If the Bailout Should Fail

Remember these words:

“It would be a mistake to be buying anything now if the government was going to walk away from the Paulson proposal… There is no Plan B”.

Those are the words of Warren Buffett. A man who has his money where his mouth is. Buffett seems to have a lot of faith in America, in its Government, in Hank Paulson and definitely in his old Wall Street associates, Goldman Sachs.

But one thing should remain crystal clear. This is not a matter of recession or no recession. This is a matter of depression or a recession. In the event that the bailout would not go through, in the words of the greatest investor in the world “The entire financial system would break down and take years to restructure”.

It seems that investors should have one fundamental question on their minds: Will the bailout go through or not. If it doesn’t the financial system is obsolete and we have a breakdown 1929-32 style: The Dow loses 90% and everything starts over. If it does all work out then we have inflation 1970s style, possibly worse ($1 trillion is a lot), the Dow has a standard consolidation that lasts a few years and the economy sucks for a while.

Thus, we look at the Dow. What the stock market is saying is “I don’t want to be a seller. I want to buy and hold, even if my gains aren’t all that good”. The simple these are mostly the same investors who bought when things were attractive in the first place. Consider the fact that they may still be getting 8-10% on dividends, why should they sell? You’ll never hear any value investor tell you he wants the Dow to go to 20,000. That’s preposterous! Why would he want the only asset he knows to buy cheaply rise in value?

But then there is the speculative crowd. And I say speculative not because they don’t know what they’re buying, many do. But because they buy for appreciation. They believe the Dow will soon go to 20,000, and they want it to. They buy and hold betting that tomorrow some new idiot will come and buy their stock at a premium to their cost. These are the people who will be selling when the sailing gets tough, because their ships are made of cardboard. They will sell and they will be the ones to send the Dow down, possibly to 8,000. Furthermore, they won’t have the gall or bladder to buy at such times. Investors will for once in many years be euphoric.

In the meantime stocks are in a rush-hour-like grid-lock. Speculators won’t sell because its against the whole foolish buy-and-hold mentality they live with. Investors won’t sell a) because they haven’t been buying in ages, b) they already would have, or c) they are the new bulls, ready to step in as soon as things get bloody. Short sellers are out of part of the game altogether.

How do I know all this? Simple: Silver. I owned it from 21 all the way down to 10.50. Does it hurt? Well that depends. If you are out of a job with your life savings invested then probably. If you are a working man, putting more and more of your life’s toil into hard assets, it will mpay off immensely over the long run, so why worry?

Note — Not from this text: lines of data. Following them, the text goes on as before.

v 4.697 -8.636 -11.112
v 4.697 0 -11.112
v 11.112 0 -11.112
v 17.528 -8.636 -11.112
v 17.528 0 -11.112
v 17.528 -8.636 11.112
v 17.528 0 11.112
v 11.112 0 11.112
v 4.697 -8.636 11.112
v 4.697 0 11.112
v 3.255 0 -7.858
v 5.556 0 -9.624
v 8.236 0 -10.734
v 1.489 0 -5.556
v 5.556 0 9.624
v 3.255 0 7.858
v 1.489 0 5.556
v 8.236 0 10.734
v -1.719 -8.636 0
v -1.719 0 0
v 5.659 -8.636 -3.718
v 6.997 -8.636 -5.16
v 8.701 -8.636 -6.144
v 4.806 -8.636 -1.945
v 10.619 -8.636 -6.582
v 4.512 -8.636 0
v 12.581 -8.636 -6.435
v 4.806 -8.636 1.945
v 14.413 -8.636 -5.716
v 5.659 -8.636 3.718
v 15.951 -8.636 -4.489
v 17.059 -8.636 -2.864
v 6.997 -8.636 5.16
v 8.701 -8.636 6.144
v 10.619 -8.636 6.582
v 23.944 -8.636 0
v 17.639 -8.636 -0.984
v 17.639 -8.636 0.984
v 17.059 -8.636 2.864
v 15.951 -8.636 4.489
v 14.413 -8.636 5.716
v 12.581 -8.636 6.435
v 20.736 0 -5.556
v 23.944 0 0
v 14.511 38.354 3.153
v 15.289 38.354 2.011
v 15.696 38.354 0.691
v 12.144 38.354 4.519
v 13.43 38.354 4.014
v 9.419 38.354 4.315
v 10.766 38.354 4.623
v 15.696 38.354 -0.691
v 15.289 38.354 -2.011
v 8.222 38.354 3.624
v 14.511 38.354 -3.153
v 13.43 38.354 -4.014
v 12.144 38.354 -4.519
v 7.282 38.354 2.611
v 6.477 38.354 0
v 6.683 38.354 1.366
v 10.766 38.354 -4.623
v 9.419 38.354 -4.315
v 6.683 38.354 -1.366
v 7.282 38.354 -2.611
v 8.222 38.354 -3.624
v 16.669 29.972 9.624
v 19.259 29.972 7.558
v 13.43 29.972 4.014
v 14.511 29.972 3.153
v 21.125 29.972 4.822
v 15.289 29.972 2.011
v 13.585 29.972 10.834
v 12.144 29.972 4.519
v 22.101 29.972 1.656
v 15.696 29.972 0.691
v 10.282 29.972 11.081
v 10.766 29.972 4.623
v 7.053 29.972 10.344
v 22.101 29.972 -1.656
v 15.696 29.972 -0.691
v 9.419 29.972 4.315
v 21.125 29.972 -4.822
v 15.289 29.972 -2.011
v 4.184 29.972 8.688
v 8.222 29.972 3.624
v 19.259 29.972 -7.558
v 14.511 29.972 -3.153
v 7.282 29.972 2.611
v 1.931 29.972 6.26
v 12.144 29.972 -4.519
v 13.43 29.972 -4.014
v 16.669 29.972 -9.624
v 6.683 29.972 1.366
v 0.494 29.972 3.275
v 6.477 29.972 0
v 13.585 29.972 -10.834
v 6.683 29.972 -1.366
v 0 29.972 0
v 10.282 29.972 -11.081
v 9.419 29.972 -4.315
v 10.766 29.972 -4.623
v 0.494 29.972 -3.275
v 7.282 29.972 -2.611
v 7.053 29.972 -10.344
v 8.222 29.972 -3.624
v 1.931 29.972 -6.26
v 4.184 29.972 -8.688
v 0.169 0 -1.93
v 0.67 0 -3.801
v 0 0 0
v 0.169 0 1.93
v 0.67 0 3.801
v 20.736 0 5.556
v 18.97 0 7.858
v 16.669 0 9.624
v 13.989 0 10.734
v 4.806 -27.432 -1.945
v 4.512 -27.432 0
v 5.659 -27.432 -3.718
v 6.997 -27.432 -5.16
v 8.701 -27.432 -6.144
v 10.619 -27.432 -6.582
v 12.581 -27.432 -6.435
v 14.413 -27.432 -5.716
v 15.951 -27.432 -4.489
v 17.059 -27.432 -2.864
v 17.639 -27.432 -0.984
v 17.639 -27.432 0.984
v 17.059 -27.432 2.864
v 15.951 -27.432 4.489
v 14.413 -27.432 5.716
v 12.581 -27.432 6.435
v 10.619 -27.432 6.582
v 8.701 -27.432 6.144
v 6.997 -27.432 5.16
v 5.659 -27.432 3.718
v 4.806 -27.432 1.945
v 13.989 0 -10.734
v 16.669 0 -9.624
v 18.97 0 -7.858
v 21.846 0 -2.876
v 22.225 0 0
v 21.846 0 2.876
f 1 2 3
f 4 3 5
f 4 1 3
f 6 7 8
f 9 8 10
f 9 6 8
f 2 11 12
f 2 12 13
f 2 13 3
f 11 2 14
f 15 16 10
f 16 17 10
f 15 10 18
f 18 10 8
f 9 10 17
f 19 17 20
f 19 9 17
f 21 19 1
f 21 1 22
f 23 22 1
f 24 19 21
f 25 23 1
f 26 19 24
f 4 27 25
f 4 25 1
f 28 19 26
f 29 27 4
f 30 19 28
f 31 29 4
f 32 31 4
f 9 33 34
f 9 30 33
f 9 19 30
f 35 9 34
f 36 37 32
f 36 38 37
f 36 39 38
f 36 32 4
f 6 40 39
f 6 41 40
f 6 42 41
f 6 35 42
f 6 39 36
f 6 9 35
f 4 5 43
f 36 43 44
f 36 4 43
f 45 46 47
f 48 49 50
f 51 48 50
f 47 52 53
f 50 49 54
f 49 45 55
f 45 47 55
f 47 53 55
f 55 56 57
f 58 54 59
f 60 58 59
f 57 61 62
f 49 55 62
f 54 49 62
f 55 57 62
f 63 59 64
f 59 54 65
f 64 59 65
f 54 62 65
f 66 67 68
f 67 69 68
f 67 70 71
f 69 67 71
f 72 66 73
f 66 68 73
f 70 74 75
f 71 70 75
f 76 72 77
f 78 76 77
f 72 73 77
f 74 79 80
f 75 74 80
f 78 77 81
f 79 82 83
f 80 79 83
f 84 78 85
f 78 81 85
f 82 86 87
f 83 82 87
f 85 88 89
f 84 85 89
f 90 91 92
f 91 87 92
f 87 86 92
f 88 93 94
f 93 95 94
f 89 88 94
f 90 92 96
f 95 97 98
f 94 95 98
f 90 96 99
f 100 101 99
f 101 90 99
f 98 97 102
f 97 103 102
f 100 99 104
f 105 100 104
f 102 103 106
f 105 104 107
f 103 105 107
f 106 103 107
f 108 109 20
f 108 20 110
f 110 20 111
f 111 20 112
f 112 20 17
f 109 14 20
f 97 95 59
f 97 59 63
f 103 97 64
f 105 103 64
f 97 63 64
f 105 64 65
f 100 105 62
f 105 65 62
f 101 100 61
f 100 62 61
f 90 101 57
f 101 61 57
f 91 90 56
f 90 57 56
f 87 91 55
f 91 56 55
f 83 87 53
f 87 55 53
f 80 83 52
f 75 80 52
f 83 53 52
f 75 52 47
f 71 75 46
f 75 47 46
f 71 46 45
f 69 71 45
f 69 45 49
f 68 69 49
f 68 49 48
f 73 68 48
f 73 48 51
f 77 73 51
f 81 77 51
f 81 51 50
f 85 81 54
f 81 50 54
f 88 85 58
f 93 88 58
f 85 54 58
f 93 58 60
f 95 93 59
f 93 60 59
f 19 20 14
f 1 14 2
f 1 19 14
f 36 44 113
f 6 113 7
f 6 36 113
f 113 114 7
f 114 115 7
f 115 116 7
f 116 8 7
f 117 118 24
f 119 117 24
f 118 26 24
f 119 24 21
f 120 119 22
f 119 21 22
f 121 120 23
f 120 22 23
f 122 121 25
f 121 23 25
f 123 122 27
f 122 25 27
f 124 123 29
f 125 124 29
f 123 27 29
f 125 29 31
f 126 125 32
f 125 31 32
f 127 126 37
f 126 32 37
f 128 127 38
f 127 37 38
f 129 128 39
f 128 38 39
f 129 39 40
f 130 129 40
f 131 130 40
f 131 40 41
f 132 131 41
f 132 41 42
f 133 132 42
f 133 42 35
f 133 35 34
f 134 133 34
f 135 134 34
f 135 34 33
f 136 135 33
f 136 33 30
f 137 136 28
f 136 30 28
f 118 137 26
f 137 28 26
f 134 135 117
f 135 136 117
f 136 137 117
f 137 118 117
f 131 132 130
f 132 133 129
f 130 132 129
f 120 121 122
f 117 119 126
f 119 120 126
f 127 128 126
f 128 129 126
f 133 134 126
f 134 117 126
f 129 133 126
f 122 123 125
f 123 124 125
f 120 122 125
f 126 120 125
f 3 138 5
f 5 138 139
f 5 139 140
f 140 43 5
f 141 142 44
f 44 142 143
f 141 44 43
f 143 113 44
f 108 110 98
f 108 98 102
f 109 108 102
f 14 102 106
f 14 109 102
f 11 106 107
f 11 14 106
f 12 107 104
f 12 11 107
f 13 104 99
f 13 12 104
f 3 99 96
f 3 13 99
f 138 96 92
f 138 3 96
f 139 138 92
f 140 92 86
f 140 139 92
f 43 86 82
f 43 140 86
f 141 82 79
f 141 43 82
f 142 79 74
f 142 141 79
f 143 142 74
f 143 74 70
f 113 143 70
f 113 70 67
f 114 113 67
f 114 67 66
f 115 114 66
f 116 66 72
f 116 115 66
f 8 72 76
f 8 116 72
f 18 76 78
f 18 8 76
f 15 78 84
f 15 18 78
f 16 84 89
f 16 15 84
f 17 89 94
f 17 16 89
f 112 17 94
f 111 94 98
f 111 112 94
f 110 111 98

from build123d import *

# Parameters (mm, degrees)
BOSS_EXTRUDE1_DEPTH = 8.636


with BuildPart() as part:
    # Sketch1 → Revolve1 (revolve)
    with BuildSketch(Plane.XY):
        Polygon((0, 0), (0, 29.972), (6.477, 29.972), (6.477, 38.354), (11.1125, 38.354), (11.1125, 0), (11.1125, -27.432), (4.5125, -27.432), (4.5125, -8.636), (0, -8.636), align=None)
    revolve(axis=Axis((11.1125, 38.354, 0), (0, -1, 0)))

    # Sketch2 → Boss-Extrude1 (add)
    with BuildSketch(Plane.XZ.offset(8.636)):
        Polygon((23.944109733, 0), (17.528304866, 11.1125), (4.696695134, 11.1125), (-1.719109733, 0), (4.696695134, -11.1125), (17.528304866, -11.1125), align=None)
    extrude(amount=-BOSS_EXTRUDE1_DEPTH)


solid = part.part
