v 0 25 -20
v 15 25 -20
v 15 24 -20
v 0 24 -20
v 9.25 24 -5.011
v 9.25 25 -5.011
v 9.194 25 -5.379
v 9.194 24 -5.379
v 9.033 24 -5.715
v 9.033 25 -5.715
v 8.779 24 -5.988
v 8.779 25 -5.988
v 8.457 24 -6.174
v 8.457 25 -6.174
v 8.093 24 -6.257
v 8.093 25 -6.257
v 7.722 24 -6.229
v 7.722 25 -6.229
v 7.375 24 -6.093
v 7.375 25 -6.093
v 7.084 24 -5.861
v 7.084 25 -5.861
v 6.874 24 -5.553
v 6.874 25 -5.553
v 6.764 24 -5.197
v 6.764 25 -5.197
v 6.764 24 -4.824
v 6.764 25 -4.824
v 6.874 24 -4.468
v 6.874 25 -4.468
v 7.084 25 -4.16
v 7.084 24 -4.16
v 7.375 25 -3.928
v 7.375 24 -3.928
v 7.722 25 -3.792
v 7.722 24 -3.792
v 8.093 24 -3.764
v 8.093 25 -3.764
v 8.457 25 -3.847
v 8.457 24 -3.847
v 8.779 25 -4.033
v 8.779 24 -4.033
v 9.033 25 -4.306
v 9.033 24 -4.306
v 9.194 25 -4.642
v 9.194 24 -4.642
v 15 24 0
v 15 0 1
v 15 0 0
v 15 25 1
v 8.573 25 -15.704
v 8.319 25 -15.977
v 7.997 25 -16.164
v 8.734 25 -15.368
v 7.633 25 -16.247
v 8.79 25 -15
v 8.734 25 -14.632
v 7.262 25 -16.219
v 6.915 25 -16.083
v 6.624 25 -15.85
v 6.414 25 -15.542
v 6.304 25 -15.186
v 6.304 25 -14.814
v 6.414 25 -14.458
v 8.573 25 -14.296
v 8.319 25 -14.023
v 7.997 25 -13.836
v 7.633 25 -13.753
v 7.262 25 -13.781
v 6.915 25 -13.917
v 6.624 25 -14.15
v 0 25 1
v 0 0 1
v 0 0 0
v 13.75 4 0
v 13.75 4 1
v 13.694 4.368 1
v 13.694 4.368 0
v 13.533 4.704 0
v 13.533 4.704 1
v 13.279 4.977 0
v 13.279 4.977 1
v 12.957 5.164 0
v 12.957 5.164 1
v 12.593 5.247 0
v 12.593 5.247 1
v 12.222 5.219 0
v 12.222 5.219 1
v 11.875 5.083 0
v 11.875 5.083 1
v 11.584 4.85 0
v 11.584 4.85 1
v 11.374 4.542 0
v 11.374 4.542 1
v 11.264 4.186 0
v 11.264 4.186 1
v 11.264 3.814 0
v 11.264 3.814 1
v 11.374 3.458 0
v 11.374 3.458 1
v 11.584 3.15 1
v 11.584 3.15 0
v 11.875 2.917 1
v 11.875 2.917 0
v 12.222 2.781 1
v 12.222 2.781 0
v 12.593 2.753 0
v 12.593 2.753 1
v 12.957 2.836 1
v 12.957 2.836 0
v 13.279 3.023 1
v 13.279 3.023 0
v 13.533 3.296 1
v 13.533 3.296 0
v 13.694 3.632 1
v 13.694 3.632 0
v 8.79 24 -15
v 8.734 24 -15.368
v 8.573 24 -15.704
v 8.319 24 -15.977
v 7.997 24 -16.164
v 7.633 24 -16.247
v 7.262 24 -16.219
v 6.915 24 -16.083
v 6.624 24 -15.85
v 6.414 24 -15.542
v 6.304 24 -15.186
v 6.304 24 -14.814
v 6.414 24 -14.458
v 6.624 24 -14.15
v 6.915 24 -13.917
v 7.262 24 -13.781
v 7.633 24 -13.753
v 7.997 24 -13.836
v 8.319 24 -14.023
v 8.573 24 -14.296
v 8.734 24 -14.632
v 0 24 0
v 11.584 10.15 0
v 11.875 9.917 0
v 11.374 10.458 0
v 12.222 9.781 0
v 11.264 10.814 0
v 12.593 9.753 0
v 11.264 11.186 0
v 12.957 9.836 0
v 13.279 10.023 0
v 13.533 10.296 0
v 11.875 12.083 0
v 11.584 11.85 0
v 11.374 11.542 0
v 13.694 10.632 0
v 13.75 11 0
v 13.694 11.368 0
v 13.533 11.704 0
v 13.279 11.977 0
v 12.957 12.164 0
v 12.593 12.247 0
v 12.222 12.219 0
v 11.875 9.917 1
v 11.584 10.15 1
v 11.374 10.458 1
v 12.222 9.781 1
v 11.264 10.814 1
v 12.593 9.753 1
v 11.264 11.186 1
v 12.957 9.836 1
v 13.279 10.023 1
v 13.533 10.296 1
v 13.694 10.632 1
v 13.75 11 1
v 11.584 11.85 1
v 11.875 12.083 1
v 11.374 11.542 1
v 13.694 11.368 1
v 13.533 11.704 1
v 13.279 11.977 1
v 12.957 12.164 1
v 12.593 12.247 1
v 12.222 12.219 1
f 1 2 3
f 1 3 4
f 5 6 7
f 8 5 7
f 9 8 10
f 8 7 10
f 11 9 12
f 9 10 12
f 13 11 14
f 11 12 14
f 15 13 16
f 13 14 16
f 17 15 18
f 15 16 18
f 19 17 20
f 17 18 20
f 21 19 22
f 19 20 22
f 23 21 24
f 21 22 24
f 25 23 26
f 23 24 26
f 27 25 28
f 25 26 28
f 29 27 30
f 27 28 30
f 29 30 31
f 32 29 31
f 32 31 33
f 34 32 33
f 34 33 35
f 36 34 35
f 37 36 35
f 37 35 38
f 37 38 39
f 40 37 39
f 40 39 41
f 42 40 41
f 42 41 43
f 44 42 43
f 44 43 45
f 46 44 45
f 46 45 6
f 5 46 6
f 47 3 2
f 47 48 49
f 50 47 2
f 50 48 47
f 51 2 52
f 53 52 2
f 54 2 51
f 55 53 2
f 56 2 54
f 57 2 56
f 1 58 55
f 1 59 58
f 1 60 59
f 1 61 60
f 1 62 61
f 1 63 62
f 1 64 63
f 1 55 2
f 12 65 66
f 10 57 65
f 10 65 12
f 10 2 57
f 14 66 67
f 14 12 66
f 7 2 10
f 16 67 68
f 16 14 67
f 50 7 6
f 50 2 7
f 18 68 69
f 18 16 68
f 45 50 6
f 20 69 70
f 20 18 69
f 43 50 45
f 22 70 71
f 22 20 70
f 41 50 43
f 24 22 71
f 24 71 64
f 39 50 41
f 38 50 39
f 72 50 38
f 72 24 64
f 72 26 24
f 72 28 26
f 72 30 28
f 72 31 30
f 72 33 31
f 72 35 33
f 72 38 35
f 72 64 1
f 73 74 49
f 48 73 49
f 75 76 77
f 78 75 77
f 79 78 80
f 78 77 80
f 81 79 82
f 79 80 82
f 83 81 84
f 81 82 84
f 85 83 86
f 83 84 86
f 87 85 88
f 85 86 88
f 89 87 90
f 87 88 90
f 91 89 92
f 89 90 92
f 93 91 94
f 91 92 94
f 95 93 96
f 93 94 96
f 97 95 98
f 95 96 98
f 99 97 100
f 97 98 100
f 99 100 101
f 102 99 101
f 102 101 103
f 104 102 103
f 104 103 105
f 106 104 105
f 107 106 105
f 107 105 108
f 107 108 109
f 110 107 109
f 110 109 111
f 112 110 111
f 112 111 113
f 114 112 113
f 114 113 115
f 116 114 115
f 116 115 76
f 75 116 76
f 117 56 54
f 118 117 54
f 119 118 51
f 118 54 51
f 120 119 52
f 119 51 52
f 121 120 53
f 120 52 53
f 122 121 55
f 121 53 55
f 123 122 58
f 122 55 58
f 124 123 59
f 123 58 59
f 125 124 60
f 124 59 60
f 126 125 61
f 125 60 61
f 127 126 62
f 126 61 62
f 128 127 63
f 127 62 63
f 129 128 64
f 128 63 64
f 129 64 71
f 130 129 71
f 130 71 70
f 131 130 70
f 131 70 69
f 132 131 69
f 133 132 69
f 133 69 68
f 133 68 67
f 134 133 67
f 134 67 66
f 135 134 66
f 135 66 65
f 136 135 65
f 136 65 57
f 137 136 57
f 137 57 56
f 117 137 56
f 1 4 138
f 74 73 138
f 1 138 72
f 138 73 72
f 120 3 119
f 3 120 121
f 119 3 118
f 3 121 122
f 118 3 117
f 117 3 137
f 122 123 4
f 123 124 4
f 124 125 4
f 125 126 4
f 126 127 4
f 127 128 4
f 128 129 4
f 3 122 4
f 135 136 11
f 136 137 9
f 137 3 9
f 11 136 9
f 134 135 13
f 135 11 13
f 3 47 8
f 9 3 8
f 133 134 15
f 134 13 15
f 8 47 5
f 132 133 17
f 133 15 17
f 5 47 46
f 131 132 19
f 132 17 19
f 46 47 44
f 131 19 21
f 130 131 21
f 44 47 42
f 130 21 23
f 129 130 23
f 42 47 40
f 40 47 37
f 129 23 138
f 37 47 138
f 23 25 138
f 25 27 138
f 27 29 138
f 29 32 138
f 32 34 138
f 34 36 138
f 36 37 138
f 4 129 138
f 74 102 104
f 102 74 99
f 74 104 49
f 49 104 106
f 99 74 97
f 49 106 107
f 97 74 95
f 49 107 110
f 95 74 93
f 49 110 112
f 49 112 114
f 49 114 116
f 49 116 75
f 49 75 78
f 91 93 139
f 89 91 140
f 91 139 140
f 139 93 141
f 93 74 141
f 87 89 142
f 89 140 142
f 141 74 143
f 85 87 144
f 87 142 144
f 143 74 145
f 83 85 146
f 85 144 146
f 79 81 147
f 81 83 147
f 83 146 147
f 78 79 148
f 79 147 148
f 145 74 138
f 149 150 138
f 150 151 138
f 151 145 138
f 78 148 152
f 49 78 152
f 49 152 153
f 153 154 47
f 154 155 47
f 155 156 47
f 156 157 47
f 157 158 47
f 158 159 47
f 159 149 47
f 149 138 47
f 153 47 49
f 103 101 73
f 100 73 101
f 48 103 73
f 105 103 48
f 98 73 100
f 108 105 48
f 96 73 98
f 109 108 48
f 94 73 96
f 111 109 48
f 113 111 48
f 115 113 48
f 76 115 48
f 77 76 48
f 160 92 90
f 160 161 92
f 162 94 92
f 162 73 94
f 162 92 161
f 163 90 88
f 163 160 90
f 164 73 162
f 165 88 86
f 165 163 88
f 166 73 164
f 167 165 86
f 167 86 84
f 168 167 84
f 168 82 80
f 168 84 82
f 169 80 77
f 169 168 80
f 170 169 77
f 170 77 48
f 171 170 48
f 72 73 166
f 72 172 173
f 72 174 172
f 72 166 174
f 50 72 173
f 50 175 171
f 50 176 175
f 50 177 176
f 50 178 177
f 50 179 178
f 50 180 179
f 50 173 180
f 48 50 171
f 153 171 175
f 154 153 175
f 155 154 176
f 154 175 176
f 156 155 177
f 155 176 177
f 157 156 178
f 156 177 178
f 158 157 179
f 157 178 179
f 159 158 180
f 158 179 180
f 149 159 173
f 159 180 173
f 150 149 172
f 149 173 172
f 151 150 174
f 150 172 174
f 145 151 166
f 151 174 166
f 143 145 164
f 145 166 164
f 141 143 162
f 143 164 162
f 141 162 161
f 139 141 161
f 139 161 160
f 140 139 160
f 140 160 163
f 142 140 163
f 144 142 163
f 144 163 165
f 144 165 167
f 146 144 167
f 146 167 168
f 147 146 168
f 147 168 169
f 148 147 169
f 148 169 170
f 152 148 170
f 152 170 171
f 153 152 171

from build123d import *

# Parameters (mm, degrees)
SKETCH_1_W      = 15
SKETCH_1_H      = 25
EXTRUDE_1_DEPTH = 1
M3X0_5_1_D      = 2.5
M3X0_5_1_DEPTH  = 8.5
M3X0_5_1_TIP    = 0.751075774
SKETCH_4_W      = 15
SKETCH_4_H      = 1
EXTRUDE_2_DEPTH = 20
M3X0_5_2_D      = 2.5
M3X0_5_2_DEPTH  = 8.5
M3X0_5_2_TIP    = 0.751075774


with BuildPart() as part:
    # ｽｹｯﾁ1 → ﾎﾞｽ - 押し出し1 (new body)
    with BuildSketch(Plane.XY):
        with Locations((7.5, 12.5)):
            Rectangle(SKETCH_1_W, SKETCH_1_H)
    extrude(amount=EXTRUDE_1_DEPTH)

    # M3x0.5 ねじ穴1
    with Locations(Plane(origin=(0, 0, 0), x_dir=(-1, 0, 0), z_dir=(0, 0, -1))):
        with Locations((-12.5, 11), (-12.5, 4)):
            Hole(M3X0_5_1_D / 2, depth=M3X0_5_1_DEPTH)
            with Locations((0, 0, -(M3X0_5_1_DEPTH + M3X0_5_1_TIP / 2))):  # 118° drill point
                Cone(0, M3X0_5_1_D / 2, M3X0_5_1_TIP, mode=Mode.SUBTRACT)

    # ｽｹｯﾁ4 → ﾎﾞｽ - 押し出し2 (add)
    with BuildSketch(Plane(origin=(0, 0, 0), x_dir=(-1, 0, 0), z_dir=(0, 0, -1))):
        with Locations((-7.5, 24.5)):
            Rectangle(SKETCH_4_W, SKETCH_4_H)
    extrude(amount=EXTRUDE_2_DEPTH)

    # M3x0.5 ねじ穴2
    with Locations(Plane(origin=(0, 24, 0), x_dir=(-1, 0, 0), z_dir=(0, -1, 0))):
        with Locations((-8, 5.010585189), (-7.540008994, 15)):
            Hole(M3X0_5_2_D / 2, depth=M3X0_5_2_DEPTH)
            with Locations((0, 0, -(M3X0_5_2_DEPTH + M3X0_5_2_TIP / 2))):  # 118° drill point
                Cone(0, M3X0_5_2_D / 2, M3X0_5_2_TIP, mode=Mode.SUBTRACT)


solid = part.part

The Dow right now should be priced at about 8,000 if it were looking 5 years out. But it isn’t. The market is looking at the next few days. Yes bailout or no bailout. As soon as that’s confirmed, hopefully that there will be a bailout and that the economy will only experience a bad recession at worst, then the next issue is for the Mice and the Buffalo.

The Mice are the risk-takers. The ones who thought they have their cheese and eat it too. They put too much money into too short-term of a gamble and lost. They will sell not because they want to but because they have to.

Buffalo travel in herds. Buy-and-hold today, run for the hills tomorrow. These folk would be better off owning gold. Its just as stupid as they are. They make when everyone makes more and lose more when the smart money takes losses.

It’s Caveat Emptor as they say in Latin, or Buyer Beware. Maybe they should say Seller Beware.

You can’t always change lanes while driving even though the other lane is better ,so too with investing. Sometimes you have to swallow losses. But don’t sell because others are. That’s juts plain foolish. And we are, or at least would love to think we are, Intelligent Investors.